Start of Source information

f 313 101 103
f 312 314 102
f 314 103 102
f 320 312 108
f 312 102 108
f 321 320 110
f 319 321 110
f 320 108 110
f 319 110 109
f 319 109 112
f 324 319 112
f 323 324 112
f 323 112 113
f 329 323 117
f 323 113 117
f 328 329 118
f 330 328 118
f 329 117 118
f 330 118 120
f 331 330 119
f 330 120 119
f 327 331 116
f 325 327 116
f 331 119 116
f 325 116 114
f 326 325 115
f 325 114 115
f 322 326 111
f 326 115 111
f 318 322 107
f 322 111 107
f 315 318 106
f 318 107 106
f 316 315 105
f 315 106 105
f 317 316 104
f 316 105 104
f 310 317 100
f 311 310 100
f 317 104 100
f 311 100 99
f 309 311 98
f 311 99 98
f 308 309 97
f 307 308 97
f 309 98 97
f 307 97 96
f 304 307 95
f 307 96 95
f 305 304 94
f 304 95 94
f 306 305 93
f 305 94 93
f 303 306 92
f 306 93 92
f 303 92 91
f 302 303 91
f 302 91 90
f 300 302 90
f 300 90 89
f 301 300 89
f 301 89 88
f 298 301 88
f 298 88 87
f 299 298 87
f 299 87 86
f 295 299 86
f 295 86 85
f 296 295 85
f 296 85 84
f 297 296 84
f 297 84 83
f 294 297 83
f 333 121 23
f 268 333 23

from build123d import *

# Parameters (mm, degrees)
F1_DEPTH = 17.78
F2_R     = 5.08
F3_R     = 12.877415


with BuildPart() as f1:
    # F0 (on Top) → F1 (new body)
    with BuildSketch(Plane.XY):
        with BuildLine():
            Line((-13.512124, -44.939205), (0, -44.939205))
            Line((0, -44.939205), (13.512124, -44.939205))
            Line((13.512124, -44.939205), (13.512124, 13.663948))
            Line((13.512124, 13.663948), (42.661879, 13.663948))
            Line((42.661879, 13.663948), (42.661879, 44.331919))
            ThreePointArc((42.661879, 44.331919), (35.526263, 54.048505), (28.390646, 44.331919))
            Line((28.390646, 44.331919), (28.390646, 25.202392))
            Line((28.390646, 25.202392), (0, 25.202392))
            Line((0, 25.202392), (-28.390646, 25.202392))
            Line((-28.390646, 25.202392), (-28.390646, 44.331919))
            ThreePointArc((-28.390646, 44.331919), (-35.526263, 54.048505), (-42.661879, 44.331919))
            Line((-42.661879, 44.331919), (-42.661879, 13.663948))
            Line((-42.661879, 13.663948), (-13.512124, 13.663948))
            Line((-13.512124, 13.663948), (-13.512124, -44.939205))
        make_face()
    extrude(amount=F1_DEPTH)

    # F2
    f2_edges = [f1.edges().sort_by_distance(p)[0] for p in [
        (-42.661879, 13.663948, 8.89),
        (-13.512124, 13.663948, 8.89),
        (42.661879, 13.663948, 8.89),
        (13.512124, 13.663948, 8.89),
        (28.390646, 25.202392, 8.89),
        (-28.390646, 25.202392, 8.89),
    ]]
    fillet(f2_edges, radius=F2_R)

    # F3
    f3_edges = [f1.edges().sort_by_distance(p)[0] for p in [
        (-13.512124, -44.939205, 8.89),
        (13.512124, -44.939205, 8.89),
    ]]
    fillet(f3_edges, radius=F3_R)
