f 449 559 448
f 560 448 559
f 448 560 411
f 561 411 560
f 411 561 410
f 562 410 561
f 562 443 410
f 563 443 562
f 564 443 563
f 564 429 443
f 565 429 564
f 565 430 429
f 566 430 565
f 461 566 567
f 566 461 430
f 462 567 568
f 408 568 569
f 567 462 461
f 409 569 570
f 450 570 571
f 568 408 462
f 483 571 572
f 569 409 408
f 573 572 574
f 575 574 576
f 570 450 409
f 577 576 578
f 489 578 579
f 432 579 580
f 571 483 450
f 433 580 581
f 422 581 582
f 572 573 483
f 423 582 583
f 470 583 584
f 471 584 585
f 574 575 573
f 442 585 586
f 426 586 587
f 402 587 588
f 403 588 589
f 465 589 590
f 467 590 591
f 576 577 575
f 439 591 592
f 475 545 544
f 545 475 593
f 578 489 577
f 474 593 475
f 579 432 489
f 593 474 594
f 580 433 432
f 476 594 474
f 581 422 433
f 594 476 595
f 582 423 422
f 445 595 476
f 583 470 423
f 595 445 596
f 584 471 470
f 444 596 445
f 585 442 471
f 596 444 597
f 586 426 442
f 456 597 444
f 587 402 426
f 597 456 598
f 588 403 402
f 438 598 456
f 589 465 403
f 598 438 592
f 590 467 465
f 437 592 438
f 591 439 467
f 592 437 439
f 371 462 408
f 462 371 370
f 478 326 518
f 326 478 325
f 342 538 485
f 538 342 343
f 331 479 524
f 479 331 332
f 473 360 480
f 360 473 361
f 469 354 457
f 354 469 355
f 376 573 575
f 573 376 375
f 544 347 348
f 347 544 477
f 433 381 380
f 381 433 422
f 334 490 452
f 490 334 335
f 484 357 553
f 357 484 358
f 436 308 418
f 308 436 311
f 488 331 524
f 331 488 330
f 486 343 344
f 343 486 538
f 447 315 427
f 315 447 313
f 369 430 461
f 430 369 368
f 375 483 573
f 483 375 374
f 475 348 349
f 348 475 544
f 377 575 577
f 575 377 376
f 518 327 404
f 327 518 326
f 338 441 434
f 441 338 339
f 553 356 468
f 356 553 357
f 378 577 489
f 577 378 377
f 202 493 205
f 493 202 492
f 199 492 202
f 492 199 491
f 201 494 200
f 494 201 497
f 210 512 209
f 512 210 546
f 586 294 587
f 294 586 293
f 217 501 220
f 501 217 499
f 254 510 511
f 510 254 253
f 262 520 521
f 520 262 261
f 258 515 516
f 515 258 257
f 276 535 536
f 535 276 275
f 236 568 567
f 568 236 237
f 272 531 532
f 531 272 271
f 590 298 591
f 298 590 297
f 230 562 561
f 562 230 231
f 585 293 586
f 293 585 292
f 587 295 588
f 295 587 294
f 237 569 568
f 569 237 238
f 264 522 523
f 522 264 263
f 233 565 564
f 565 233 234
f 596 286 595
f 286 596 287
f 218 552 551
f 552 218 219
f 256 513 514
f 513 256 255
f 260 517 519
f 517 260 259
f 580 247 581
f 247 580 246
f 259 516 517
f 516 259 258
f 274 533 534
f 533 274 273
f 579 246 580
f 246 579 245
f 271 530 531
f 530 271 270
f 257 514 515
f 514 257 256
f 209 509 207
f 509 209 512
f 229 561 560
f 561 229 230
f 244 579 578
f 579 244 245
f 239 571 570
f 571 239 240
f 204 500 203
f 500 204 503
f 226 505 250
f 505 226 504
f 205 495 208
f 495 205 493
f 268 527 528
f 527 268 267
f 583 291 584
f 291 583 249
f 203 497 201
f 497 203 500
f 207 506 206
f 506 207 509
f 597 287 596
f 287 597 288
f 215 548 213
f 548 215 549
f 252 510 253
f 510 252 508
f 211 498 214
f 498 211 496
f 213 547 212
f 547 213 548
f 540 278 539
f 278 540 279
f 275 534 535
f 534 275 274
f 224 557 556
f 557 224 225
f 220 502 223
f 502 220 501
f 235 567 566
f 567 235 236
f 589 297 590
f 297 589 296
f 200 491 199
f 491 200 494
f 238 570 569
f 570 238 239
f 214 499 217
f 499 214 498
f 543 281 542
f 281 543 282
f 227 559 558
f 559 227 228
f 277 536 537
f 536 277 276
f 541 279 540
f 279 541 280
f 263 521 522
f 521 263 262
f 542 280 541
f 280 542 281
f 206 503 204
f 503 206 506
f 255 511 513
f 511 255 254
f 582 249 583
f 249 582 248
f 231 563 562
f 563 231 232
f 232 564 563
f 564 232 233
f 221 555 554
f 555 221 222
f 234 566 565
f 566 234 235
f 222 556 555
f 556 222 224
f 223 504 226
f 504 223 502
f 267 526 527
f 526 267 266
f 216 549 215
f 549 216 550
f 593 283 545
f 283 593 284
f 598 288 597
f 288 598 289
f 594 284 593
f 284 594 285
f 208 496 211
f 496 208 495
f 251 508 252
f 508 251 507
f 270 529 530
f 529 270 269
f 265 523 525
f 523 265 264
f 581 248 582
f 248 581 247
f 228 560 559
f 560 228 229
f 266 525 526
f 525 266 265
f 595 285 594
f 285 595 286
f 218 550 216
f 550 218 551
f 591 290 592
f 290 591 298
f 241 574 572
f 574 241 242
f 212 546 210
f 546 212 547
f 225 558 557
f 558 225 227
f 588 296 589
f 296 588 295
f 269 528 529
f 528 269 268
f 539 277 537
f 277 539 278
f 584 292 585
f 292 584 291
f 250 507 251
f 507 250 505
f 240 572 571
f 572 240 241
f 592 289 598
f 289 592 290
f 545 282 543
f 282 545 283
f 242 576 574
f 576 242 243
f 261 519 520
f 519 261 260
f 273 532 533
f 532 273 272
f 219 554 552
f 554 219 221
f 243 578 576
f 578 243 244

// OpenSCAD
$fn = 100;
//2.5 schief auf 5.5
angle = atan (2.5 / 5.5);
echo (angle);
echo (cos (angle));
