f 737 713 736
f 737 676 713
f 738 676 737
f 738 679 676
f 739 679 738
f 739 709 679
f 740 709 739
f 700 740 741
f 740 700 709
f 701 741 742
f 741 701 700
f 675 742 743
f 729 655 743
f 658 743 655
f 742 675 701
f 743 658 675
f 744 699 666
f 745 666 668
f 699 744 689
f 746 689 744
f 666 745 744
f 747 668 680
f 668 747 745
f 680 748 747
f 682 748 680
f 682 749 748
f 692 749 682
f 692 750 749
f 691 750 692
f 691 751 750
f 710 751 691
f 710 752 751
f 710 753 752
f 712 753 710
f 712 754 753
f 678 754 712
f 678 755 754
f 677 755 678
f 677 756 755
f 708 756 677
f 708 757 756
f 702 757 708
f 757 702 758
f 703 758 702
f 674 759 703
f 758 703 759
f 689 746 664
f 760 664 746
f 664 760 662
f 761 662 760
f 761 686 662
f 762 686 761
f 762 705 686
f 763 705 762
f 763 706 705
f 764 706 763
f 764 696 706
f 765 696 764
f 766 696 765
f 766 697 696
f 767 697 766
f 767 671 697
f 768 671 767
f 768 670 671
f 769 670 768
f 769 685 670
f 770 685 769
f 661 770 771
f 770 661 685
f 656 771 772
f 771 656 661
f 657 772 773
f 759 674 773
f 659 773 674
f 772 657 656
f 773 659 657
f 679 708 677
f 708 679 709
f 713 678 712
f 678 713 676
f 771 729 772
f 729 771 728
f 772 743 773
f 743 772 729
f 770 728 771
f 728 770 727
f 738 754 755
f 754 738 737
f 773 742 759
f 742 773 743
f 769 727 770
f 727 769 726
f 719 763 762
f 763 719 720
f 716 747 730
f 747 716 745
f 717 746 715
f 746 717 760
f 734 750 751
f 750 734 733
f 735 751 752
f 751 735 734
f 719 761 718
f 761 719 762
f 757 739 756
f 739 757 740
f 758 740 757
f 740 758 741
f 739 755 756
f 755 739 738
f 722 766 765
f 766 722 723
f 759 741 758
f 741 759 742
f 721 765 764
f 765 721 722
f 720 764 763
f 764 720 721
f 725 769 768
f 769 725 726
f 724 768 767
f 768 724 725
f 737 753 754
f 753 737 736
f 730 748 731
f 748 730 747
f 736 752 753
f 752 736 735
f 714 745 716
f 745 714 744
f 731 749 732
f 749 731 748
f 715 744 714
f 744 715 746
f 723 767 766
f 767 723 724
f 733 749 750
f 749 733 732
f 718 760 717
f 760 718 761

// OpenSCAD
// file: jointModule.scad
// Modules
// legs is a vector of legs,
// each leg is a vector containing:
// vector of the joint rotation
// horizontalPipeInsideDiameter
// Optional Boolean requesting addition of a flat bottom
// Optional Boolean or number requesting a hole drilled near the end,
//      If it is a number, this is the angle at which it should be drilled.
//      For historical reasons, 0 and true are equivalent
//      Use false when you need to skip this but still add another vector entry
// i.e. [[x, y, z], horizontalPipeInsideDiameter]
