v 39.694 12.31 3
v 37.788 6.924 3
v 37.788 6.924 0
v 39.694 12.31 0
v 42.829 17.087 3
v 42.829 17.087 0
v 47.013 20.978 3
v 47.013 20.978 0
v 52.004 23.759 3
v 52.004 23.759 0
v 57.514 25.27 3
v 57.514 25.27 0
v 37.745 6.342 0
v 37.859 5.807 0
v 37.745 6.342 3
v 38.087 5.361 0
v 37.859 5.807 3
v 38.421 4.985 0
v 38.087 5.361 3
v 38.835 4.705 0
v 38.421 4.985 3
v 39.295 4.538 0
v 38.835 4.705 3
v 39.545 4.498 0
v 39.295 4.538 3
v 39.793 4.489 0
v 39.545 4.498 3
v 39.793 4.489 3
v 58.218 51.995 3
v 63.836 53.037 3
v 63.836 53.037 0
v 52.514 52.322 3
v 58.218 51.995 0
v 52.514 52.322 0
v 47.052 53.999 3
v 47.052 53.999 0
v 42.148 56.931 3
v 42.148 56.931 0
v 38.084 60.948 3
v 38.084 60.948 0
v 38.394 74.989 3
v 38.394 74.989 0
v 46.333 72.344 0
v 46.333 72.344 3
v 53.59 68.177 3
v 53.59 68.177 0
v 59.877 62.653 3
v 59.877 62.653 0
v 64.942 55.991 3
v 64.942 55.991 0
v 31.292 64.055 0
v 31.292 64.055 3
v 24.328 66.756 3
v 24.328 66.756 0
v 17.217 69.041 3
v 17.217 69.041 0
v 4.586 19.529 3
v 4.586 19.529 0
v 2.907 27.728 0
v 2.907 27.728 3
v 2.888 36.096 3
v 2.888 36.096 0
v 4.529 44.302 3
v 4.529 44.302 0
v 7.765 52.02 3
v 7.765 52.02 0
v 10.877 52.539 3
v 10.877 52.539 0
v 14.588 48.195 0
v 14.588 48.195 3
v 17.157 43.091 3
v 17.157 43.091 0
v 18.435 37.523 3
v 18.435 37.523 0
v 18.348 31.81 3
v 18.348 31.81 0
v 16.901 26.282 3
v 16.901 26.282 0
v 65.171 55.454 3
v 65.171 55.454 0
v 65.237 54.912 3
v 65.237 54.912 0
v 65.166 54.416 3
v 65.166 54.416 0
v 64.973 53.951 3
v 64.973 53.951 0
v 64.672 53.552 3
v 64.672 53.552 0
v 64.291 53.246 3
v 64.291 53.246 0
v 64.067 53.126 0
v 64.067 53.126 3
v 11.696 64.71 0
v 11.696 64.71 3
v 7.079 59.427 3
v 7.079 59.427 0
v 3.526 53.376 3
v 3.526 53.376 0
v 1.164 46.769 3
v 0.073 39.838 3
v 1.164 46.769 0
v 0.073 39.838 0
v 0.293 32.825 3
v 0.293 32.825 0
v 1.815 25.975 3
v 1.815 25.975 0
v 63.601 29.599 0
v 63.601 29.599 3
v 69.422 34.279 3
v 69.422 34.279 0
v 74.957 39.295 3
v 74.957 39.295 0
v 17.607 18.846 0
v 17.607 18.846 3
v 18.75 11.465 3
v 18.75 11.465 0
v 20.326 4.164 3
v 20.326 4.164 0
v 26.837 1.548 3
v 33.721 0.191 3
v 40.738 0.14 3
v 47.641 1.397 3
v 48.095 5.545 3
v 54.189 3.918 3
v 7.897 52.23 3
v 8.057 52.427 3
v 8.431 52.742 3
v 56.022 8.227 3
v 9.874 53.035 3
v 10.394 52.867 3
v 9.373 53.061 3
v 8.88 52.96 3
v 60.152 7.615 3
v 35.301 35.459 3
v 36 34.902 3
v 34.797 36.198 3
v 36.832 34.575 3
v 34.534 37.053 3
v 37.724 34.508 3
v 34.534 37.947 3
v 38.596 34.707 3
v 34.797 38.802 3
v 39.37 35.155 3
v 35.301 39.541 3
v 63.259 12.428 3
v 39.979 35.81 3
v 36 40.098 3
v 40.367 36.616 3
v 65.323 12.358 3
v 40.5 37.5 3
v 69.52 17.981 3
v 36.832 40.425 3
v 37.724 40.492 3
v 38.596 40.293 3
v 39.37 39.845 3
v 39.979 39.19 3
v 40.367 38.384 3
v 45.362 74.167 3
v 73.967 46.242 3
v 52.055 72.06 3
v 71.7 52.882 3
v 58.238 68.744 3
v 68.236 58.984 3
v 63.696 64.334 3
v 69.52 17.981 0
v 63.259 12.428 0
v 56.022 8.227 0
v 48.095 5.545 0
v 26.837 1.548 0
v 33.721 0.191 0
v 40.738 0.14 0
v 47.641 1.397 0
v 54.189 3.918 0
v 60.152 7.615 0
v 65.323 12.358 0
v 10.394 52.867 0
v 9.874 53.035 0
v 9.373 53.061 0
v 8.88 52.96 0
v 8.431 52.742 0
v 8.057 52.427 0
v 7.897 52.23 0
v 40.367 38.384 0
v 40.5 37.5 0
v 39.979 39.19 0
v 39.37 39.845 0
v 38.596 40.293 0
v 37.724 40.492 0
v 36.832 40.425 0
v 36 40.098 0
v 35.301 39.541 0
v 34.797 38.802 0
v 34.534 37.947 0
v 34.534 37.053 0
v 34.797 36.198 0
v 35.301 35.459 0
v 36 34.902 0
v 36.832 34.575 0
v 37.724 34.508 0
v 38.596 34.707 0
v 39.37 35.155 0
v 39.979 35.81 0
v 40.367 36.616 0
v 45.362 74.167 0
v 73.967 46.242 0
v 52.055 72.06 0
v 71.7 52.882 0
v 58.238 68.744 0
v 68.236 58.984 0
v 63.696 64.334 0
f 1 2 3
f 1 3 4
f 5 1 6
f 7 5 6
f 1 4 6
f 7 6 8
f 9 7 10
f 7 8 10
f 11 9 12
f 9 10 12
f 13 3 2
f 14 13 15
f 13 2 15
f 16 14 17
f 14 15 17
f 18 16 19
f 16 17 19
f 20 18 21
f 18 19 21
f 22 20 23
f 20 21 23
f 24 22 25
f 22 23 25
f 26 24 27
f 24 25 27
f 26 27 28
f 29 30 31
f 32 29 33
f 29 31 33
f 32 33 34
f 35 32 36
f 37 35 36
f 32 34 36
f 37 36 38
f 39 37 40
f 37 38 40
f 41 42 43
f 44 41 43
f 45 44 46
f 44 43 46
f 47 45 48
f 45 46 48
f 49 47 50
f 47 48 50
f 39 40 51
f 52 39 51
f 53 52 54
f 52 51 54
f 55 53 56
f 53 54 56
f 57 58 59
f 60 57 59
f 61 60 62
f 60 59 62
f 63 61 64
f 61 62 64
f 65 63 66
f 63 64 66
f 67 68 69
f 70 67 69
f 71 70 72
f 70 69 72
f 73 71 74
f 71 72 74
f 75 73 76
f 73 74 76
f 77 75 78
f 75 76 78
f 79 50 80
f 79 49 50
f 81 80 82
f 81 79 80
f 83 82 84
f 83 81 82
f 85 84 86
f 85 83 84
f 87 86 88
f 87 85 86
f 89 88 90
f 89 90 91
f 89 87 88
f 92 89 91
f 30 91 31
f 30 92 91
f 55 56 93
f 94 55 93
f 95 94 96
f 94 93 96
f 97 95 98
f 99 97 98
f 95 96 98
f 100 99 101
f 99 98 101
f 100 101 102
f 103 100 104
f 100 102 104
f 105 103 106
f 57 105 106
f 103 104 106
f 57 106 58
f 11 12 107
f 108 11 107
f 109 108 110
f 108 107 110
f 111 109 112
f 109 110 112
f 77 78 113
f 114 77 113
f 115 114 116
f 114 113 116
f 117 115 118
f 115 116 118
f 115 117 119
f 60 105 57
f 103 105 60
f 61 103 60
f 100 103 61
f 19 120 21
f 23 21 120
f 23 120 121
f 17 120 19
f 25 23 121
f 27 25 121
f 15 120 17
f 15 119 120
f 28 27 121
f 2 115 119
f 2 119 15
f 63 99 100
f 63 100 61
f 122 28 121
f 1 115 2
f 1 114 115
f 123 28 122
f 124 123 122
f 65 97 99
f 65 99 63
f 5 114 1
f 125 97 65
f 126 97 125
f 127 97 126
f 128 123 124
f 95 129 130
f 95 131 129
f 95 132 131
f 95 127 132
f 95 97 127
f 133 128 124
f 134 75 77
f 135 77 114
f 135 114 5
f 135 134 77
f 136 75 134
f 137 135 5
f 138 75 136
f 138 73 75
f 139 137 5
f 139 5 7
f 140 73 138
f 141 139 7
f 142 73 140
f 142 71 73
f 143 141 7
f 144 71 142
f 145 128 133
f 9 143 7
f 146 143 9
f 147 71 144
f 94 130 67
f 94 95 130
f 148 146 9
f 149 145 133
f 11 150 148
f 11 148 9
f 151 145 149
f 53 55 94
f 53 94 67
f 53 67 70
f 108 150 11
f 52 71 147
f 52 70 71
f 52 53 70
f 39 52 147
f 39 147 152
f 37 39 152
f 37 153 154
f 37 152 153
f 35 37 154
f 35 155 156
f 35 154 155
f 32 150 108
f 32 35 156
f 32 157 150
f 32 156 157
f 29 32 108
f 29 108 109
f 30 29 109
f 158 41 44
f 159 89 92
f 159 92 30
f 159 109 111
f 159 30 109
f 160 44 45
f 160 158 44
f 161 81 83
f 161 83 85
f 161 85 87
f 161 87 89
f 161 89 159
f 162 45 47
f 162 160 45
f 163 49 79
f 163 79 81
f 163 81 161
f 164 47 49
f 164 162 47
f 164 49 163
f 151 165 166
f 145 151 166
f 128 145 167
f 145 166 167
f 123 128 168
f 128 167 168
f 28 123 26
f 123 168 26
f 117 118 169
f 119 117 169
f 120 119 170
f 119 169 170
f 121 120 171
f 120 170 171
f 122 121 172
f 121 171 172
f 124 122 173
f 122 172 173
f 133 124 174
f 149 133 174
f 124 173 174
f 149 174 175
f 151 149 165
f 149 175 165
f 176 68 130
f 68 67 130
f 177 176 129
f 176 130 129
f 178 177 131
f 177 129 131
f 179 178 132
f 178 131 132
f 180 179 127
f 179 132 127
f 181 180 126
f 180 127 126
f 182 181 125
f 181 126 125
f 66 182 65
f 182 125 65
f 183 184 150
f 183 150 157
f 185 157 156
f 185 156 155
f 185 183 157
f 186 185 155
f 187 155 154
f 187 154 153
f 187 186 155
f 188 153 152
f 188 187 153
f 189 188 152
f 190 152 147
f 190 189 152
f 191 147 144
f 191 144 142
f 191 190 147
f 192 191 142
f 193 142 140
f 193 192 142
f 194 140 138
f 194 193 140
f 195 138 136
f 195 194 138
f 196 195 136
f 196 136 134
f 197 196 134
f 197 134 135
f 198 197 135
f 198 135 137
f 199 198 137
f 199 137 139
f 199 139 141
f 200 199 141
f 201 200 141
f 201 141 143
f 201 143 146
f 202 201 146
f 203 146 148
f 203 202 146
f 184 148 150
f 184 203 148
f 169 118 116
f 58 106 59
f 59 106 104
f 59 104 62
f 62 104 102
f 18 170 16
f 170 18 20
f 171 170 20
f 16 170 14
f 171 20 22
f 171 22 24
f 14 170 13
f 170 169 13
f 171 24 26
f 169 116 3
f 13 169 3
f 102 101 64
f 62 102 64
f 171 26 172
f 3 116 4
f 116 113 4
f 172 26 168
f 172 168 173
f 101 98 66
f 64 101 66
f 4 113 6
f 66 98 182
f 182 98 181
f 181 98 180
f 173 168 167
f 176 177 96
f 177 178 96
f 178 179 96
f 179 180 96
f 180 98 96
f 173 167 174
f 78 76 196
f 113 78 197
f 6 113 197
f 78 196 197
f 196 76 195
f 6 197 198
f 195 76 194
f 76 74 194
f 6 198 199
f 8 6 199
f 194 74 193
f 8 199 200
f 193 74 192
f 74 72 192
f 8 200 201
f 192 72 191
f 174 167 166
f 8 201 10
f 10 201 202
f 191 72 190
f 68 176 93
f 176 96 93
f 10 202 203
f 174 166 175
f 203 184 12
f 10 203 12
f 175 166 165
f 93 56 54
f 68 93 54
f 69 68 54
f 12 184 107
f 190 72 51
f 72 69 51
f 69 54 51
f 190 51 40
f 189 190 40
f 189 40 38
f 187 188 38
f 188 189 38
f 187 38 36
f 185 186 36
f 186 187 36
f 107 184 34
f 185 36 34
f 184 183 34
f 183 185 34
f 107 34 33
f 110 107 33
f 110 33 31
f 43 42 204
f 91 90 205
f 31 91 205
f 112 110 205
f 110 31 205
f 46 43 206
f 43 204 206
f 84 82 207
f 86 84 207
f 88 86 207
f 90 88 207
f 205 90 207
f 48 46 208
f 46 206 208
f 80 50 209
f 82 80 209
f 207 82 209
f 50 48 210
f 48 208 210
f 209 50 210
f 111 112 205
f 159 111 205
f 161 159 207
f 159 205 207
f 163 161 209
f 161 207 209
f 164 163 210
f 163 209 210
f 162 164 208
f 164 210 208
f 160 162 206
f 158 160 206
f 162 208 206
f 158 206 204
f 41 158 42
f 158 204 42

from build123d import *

# Parameters (mm, degrees)
F0_R     = 3
F1_DEPTH = 3
F2_R     = 2
F3_R     = 2


with BuildPart() as f1:
    # F0 (on Top) → F1 (new body)
    with BuildSketch(Plane.XY):
        with BuildLine():
            ThreePointArc((57.514202, 25.269969), (66.546327, 31.896246), (74.956996, 39.295399))
            ThreePointArc((74.956996, 39.295399), (63.695653, 64.333519), (38.3939, 74.989344))
            ThreePointArc((38.3939, 74.989344), (54.563179, 67.459498), (66.146021, 53.895503))
            ThreePointArc((66.146021, 53.895503), (50.919706, 52.664645), (38.084417, 60.947823))
            ThreePointArc((38.084417, 60.947823), (27.82983, 65.456734), (17.216641, 69.041011))
            ThreePointArc((17.216641, 69.041011), (1.163664, 46.769342), (4.586325, 19.529468))
            ThreePointArc((4.586325, 19.529468), (3.022724, 37.297398), (8.978067, 54.11043))
            ThreePointArc((8.978067, 54.11043), (17.657179, 41.539484), (16.901381, 26.282208))
            ThreePointArc((16.901381, 26.282208), (18.123843, 15.14702), (20.326363, 4.163591))
            ThreePointArc((20.326363, 4.163591), (47.640683, 1.397139), (69.519775, 17.981188))
            ThreePointArc((69.519775, 17.981188), (54.914097, 7.743104), (37.375912, 4.494066))
            ThreePointArc((37.375912, 4.494066), (43.923115, 18.295871), (57.514202, 25.269969))
        make_face()
        with Locations((37.5, 37.5)):
            Circle(F0_R, mode=Mode.SUBTRACT)
    extrude(amount=F1_DEPTH)

    # F2
    f2_edges = [f1.edges().sort_by_distance(p)[0] for p in [
        (37.375912, 4.494066, 1.5),
    ]]
    fillet(f2_edges, radius=F2_R)

    # F3
    f3_edges = [f1.edges().sort_by_distance(p)[0] for p in [
        (66.146021, 53.895503, 1.5),
        (8.978067, 54.11043, 1.5),
    ]]
    fillet(f3_edges, radius=F3_R)


solid = f1.part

End of Source information

Using the records above, output exactly the lines from the first through the line that contains "f 300 90 89", with both of those included.

f 313 101 103
f 312 314 102
f 314 103 102
f 320 312 108
f 312 102 108
f 321 320 110
f 319 321 110
f 320 108 110
f 319 110 109
f 319 109 112
f 324 319 112
f 323 324 112
f 323 112 113
f 329 323 117
f 323 113 117
f 328 329 118
f 330 328 118
f 329 117 118
f 330 118 120
f 331 330 119
f 330 120 119
f 327 331 116
f 325 327 116
f 331 119 116
f 325 116 114
f 326 325 115
f 325 114 115
f 322 326 111
f 326 115 111
f 318 322 107
f 322 111 107
f 315 318 106
f 318 107 106
f 316 315 105
f 315 106 105
f 317 316 104
f 316 105 104
f 310 317 100
f 311 310 100
f 317 104 100
f 311 100 99
f 309 311 98
f 311 99 98
f 308 309 97
f 307 308 97
f 309 98 97
f 307 97 96
f 304 307 95
f 307 96 95
f 305 304 94
f 304 95 94
f 306 305 93
f 305 94 93
f 303 306 92
f 306 93 92
f 303 92 91
f 302 303 91
f 302 91 90
f 300 302 90
f 300 90 89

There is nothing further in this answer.